Plug in Gaussian form:  
$$
\ell(\mu) = \sum_{j=1}^n \sum_{c=1}^k \mathbf{1}\{C_j=c\} \sum_{i=1}^d \Big[-\frac{1}{2}(x_{j,i}-\mu_{c,i})^2 + \text{const}\Big]
$$

### EM Algorithm

Since $C_j$ is unknown, EM iteratively estimates it:

**E-step:** Compute expected value of $\mathbf{1}\{C_j=c\}$ given current $\mu^{(t)}$:  
$$
\gamma_{j,c} = \mathbb{E}[\mathbf{1}\{C_j=c\} \mid x_j, \mu^{(t)}] 
= \frac{P(C_j=c) \prod_i P(x_{j,i} \mid C_j = c, \mu^{(t)})}{\sum_{c'=1}^k P(C_j=c') \prod_i P(x_{j,i} \mid C_j = c', \mu^{(t)})}
$$

**M-step:** Maximize expected log-likelihood w.r.t. $\mu$:  
$$
\mu^{(t+1)}_{c,i} = \frac{\sum_{j=1}^n \gamma_{j,c} x_{j,i}}{\sum_{j=1}^n \gamma_{j,c}}
$$

This is the weighted mean of points assigned to class $c$.

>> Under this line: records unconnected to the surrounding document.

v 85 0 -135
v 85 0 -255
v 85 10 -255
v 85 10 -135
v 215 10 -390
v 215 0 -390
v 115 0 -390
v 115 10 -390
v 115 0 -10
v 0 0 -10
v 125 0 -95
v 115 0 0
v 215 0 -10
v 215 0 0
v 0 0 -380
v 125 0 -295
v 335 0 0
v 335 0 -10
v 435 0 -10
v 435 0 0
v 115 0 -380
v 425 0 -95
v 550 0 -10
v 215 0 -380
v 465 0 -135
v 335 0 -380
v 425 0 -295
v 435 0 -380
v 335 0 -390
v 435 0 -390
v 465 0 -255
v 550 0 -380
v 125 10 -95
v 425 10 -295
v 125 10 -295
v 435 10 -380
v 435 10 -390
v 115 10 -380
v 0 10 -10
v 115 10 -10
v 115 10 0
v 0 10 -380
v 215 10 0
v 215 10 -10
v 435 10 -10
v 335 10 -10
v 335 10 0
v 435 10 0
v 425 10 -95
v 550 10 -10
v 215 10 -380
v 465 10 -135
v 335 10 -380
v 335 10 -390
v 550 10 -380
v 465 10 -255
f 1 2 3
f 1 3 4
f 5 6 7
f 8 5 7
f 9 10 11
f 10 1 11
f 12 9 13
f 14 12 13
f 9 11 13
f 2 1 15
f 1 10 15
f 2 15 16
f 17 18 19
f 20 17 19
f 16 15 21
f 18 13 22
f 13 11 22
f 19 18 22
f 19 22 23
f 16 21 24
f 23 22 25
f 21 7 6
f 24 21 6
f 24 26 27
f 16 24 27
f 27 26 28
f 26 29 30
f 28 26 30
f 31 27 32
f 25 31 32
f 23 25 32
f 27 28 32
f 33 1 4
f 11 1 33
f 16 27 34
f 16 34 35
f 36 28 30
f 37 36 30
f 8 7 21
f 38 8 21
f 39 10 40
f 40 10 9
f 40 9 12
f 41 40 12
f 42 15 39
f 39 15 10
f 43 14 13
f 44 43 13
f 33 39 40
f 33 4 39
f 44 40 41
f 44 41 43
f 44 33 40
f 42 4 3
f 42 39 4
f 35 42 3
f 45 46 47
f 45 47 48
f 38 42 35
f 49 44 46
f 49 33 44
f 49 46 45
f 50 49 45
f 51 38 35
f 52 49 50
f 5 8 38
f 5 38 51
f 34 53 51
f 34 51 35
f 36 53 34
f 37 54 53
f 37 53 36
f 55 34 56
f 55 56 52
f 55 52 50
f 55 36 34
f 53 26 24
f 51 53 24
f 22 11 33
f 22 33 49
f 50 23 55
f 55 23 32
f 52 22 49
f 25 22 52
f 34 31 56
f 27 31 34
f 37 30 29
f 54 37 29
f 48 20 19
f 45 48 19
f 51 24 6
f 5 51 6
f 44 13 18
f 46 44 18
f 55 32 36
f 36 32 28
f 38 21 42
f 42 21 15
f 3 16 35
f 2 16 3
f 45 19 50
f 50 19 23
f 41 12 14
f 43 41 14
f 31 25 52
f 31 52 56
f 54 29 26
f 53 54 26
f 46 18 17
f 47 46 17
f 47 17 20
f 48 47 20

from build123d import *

# Parameters (mm, degrees)
BOSS_EXTRU_1_DEPTH = 10


with BuildPart() as part:
    # Esquisse1 → Boss.-Extru.1 (new body)
    with BuildSketch(Plane(origin=(0, 0, 0), x_dir=(1, 0, 0), z_dir=(0, 1, 0))):
        Polygon((0, 10), (115, 10), (115, 0), (215, 0), (215, 10), (335, 10), (335, 0), (435, 0), (435, 10), (550, 10), (550, 380), (435, 380), (435, 390), (335, 390), (335, 380), (215, 380), (215, 390), (115, 390), (115, 380), (0, 380), align=None)
        Polygon((85, 135), (125, 95), (425, 95), (465, 135), (465, 255), (425, 295), (125, 295), (85, 255), align=None, mode=Mode.SUBTRACT)
    extrude(amount=BOSS_EXTRU_1_DEPTH)


solid = part.part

Repeat E and M until convergence.  

### Special Case: K-Means

If $P(C=c) = 1/k$ and we make a hard assignment ($\gamma_{j,c} \in \{0,1\}$), then:  

- E-step: assign $x_j$ to nearest $\mu_c$ (Euclidean distance)  
- M-step: $\mu_c$ = mean of assigned points  

Hence K-Means is a hard EM version of Gaussian Naive Bayes with unit variance.